We want to calculate the gradients of the loss function with parameters U,V, and W. We can sum up the gradients at each step since $\frac{\partial J}{ \partial W} = \frac{1}{T} \sum_{t=1}^T \frac{\partial J^{(t)}}{\partial W}$. Thus we only need to find $\frac{\partial J^{(t)}}{\partial W}$, $\frac{\partial J^{(t)}}{\partial V}$, and $\frac{\partial J^{(t)}}{\partial U}$.

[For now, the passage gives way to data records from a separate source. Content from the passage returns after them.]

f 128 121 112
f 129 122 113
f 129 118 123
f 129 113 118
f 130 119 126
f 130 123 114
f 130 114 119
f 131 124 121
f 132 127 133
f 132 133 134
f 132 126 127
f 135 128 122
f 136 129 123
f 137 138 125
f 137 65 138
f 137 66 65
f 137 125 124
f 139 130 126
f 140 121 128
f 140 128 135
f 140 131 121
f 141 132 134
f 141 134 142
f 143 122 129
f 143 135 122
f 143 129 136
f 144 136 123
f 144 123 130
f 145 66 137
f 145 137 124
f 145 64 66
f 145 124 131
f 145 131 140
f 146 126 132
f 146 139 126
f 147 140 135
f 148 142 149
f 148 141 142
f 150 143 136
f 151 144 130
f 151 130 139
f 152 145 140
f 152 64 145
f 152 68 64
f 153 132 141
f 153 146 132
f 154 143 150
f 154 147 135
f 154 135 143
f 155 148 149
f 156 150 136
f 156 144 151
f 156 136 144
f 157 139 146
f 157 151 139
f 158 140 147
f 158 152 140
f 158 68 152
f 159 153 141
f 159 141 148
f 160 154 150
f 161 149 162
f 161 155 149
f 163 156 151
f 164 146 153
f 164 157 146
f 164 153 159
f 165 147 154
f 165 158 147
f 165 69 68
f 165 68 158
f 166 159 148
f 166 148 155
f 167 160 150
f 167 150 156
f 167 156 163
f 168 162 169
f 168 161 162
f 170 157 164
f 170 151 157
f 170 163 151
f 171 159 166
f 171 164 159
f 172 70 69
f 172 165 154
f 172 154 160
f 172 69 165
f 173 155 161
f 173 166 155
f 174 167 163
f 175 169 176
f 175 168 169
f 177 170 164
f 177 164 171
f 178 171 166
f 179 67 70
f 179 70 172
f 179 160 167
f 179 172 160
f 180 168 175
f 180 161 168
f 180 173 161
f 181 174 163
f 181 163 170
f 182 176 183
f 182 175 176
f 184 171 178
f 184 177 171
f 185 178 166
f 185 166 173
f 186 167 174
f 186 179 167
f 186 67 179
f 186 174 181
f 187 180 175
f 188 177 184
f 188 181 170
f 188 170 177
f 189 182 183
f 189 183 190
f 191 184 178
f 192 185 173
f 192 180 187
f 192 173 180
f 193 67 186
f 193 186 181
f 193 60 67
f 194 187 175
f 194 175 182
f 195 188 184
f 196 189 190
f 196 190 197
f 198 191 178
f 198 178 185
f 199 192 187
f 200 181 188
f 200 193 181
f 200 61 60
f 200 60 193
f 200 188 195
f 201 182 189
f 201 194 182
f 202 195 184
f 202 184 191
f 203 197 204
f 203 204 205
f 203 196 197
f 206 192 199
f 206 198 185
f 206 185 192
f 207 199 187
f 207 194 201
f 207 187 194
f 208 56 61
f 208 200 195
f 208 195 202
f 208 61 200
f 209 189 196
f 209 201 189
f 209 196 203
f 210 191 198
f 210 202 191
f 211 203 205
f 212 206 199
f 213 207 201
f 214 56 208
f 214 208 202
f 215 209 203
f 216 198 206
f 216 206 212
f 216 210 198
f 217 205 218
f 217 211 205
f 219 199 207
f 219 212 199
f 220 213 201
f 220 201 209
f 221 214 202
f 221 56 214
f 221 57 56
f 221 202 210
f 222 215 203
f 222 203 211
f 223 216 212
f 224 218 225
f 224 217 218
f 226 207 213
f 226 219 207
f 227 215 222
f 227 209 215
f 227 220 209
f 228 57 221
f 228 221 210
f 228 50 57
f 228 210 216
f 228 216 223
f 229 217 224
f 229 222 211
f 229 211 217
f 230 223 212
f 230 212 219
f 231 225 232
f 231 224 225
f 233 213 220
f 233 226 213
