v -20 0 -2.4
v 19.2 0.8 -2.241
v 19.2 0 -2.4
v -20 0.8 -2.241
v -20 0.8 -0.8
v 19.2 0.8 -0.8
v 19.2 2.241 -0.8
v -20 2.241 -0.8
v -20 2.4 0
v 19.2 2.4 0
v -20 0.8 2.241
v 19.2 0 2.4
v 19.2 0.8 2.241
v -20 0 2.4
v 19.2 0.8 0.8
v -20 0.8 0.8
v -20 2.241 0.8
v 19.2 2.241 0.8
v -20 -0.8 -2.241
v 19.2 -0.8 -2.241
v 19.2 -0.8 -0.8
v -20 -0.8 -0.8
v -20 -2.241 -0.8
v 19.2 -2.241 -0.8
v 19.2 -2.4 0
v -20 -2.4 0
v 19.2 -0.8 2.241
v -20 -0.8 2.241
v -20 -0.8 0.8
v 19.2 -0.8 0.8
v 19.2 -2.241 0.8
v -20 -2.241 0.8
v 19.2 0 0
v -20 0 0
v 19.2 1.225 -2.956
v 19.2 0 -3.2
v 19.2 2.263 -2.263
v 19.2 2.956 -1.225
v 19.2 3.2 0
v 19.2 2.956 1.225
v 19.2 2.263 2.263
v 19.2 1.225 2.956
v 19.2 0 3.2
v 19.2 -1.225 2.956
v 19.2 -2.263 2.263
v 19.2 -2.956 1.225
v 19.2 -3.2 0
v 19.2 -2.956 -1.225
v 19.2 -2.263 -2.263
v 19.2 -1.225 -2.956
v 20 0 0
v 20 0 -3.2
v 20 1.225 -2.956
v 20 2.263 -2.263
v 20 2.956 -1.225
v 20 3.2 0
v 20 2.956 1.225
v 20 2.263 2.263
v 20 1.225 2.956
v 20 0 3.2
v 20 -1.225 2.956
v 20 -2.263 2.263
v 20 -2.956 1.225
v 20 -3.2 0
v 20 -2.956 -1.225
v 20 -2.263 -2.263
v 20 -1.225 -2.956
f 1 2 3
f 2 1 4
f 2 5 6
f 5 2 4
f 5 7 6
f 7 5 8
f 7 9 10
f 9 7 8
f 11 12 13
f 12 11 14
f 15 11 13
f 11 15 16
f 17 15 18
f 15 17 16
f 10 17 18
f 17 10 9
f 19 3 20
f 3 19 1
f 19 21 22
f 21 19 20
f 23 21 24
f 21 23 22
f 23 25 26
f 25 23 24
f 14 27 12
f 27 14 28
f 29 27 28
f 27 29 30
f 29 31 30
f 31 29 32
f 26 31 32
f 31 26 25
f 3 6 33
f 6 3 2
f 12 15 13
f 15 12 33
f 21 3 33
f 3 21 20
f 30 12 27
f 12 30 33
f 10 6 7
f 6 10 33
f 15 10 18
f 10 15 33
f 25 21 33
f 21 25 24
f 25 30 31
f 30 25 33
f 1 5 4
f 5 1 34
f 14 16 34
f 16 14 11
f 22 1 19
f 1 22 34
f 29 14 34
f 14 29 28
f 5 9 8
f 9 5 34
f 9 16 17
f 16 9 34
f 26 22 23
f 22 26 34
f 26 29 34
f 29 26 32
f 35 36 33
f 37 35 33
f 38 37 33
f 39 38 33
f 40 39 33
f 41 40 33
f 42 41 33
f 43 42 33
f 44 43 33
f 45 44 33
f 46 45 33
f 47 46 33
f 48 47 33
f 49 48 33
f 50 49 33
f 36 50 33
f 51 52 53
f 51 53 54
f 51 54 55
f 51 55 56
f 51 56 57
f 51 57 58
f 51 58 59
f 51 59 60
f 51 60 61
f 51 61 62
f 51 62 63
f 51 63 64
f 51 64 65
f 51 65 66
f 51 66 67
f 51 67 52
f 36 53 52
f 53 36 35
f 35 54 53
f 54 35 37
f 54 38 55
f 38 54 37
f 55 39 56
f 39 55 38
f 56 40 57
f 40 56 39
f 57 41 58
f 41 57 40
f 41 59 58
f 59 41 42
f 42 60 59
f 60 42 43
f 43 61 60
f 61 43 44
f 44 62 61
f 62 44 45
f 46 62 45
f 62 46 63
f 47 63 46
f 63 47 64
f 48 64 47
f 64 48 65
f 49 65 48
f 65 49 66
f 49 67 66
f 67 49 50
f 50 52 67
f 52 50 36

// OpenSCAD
// file: ../p/4-4edge.scad
use <../lib.scad>
function ldraw_lib__4_4edge() = [
// 0 Circle 1.0
// 0 Name: 4-4edge.dat
// 0 Author: James Jessiman
// 0 !LDRAW_ORG Primitive UPDATE 2017-01
// 0 !LICENSE Licensed under CC BY 2.0 and CC BY 4.0 : see CAreadme.txt
// 
// 0 BFC CERTIFY CCW
  [0,"BFC","CERTIFY"],
  [0,"BFC","CCW"],
// 
// 0 !HISTORY 1998-12-15 [PTadmin] Official Update 1998-10
// 0 !HISTORY 2005-12-28 [PTadmin] Official Update 2005-01
// 0 !HISTORY 2007-06-24 [PTadmin] Header formatted for Contributor Agreement
// 0 !HISTORY 2008-07-01 [PTadmin] Official Update 2008-01
// 0 !HISTORY 2017-01-15 [Steffen] BFCed
// 0 !HISTORY 2017-12-30 [PTadmin] Official Update 2017-01
// 
// 
// 2 24 1 0 0 0.9239 0 0.3827
  [2,24,1,0,0,0.9239,0,0.3827],
// 2 24 0.9239 0 0.3827 0.7071 0 0.7071
  [2,24,0.9239,0,0.3827,0.7071,0,0.7071],
// 2 24 0.7071 0 0.7071 0.3827 0 0.9239
  [2,24,0.7071,0,0.7071,0.3827,0,0.9239],
// 2 24 0.3827 0 0.9239 0 0 1
  [2,24,0.3827,0,0.9239,0,0,1],
// 2 24 0 0 1 -0.3827 0 0.9239
  [2,24,0,0,1,-0.3827,0,0.9239],
// 2 24 -0.3827 0 0.9239 -0.7071 0 0.7071
  [2,24,-0.3827,0,0.9239,-0.7071,0,0.7071],
// 2 24 -0.7071 0 0.7071 -0.9239 0 0.3827
  [2,24,-0.7071,0,0.7071,-0.9239,0,0.3827],
// 2 24 -0.9239 0 0.3827 -1 0 -0
  [2,24,-0.9239,0,0.3827,-1,0,-0],
// 2 24 -1 0 -0 -0.9239 0 -0.3827
  [2,24,-1,0,-0,-0.9239,0,-0.3827],
// 2 24 -0.9239 0 -0.3827 -0.7071 0 -0.7071
  [2,24,-0.9239,0,-0.3827,-0.7071,0,-0.7071],
// 2 24 -0.7071 0 -0.7071 -0.3827 0 -0.9239
  [2,24,-0.7071,0,-0.7071,-0.3827,0,-0.9239],
// 2 24 -0.3827 0 -0.9239 0 0 -1
  [2,24,-0.3827,0,-0.9239,0,0,-1],
// 2 24 0 0 -1 0.3827 0 -0.9239
  [2,24,0,0,-1,0.3827,0,-0.9239],
// 2 24 0.3827 0 -0.9239 0.7071 0 -0.7071
  [2,24,0.3827,0,-0.9239,0.7071,0,-0.7071],
// 2 24 0.7071 0 -0.7071 0.9239 0 -0.3827
  [2,24,0.7071,0,-0.7071,0.9239,0,-0.3827],
// 2 24 0.9239 0 -0.3827 1 0 0
  [2,24,0.9239,0,-0.3827,1,0,0],
];
makepoly(ldraw_lib__4_4edge(), line=0.2);
// file: ../p/4-4cyli.scad
use <../lib.scad>
function ldraw_lib__4_4cyli() = [
// 0 Cylinder 1.0
// 0 Name: 4-4cyli.dat
// 0 Author: James Jessiman
// 0 !LDRAW_ORG Primitive UPDATE 2005-01
// 0 !LICENSE Licensed under CC BY 2.0 and CC BY 4.0 : see CAreadme.txt
// 
// 0 BFC CERTIFY CCW
  [0,"BFC","CERTIFY"],
  [0,"BFC","CCW"],
// 
// 0 !HISTORY 1998-12-15 [PTadmin] Official Update 1998-10
// 0 !HISTORY 2002-03-23 [sbliss] Added BFC statement; merged headers from files in distributions LDraw 0.27 and Complete.
// 0 !HISTORY 2002-04-25 [PTadmin] Official Update 2002-02
// 0 !HISTORY 2004-12-14 [guyvivan] BFC CCW
// 0 !HISTORY 2005-12-28 [PTadmin] Official Update 2005-01
// 0 !HISTORY 2007-06-24 [PTadmin] Header formatted for Contributor Agreement
// 0 !HISTORY 2008-07-01 [PTadmin] Official Update 2008-01
// 
// 
// 4 16 1 1 0 0.9239 1 0.3827 0.9239 0 0.3827 1 0 0
  [4,16,1,1,0,0.9239,1,0.3827,0.9239,0,0.3827,1,0,0],
// 5 24 1 0 0 1 1 0 0.9239 0 0.3827 0.9239 0 -0.3827
  [5,24,1,0,0,1,1,0,0.9239,0,0.3827,0.9239,0,-0.3827],
// 4 16 0.9239 1 0.3827 0.7071 1 0.7071 0.7071 0 0.7071 0.9239 0 0.3827
  [4,16,0.9239,1,0.3827,0.7071,1,0.7071,0.7071,0,0.7071,0.9239,0,0.3827],
// 5 24 0.9239 0 0.3827 0.9239 1 0.3827 0.7071 0 0.7071 1 0 0
  [5,24,0.9239,0,0.3827,0.9239,1,0.3827,0.7071,0,0.7071,1,0,0],
// 4 16 0.7071 1 0.7071 0.3827 1 0.9239 0.3827 0 0.9239 0.7071 0 0.7071
  [4,16,0.7071,1,0.7071,0.3827,1,0.9239,0.3827,0,0.9239,0.7071,0,0.7071],
// 5 24 0.7071 0 0.7071 0.7071 1 0.7071 0.3827 0 0.9239 0.9239 0 0.3827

Derivative of V only depends on the current step: $\frac{\partial J^{(t)}}{\partial V} = \frac{\partial J^{(t)} }{\partial \hat{y}^{(t)}} \frac{\partial \hat{y}^{(t)}}{\partial V}$

But it is not the case for derivative of U and W, take t=3 as an example: $\frac{\partial J^{(3)}}{\partial W} = \sum_{k=1}^3 \frac{\partial J^{(3)} }{\partial \hat{y}^{(3)}} \frac{\partial \hat{y}^{(3)}}{\partial h^{(3)}} \frac{\partial h^{(3)}}{\partial h^{(k)}} \frac{\partial h^{(k)}}{\partial W}$ $=\sum_{k=1}^3 \frac{\partial J^{(3)} }{\partial \hat{y}^{(3)}} \frac{\partial \hat{y}^{(3)}}{\partial h^{(3)}} (\prod_{j=k+1}^3 \frac{\partial h^{(j)}}{\partial h^{(j-1)}}) \frac{\partial h^{(k)}}{\partial W}$ and $\frac{\partial J^{(3)}}{\partial U} = \sum_{k=1}^3 \frac{\partial J^{(3)} }{\partial \hat{y}^{(3)}} \frac{\partial \hat{y}^{(3)}}{\partial h^{(3)}} \frac{\partial h^{(3)}}{\partial h^{(k)}} \frac{\partial h^{(k)}}{\partial U}$ $=\sum_{k=1}^3 \frac{\partial J^{(3)} }{\partial \hat{y}^{(3)}} \frac{\partial \hat{y}^{(3)}}{\partial h^{(3)}} (\prod_{j=k+1}^3 \frac{\partial h^{(j)}}{\partial h^{(j-1)}}) \frac{\partial h^{(k)}}{\partial U}$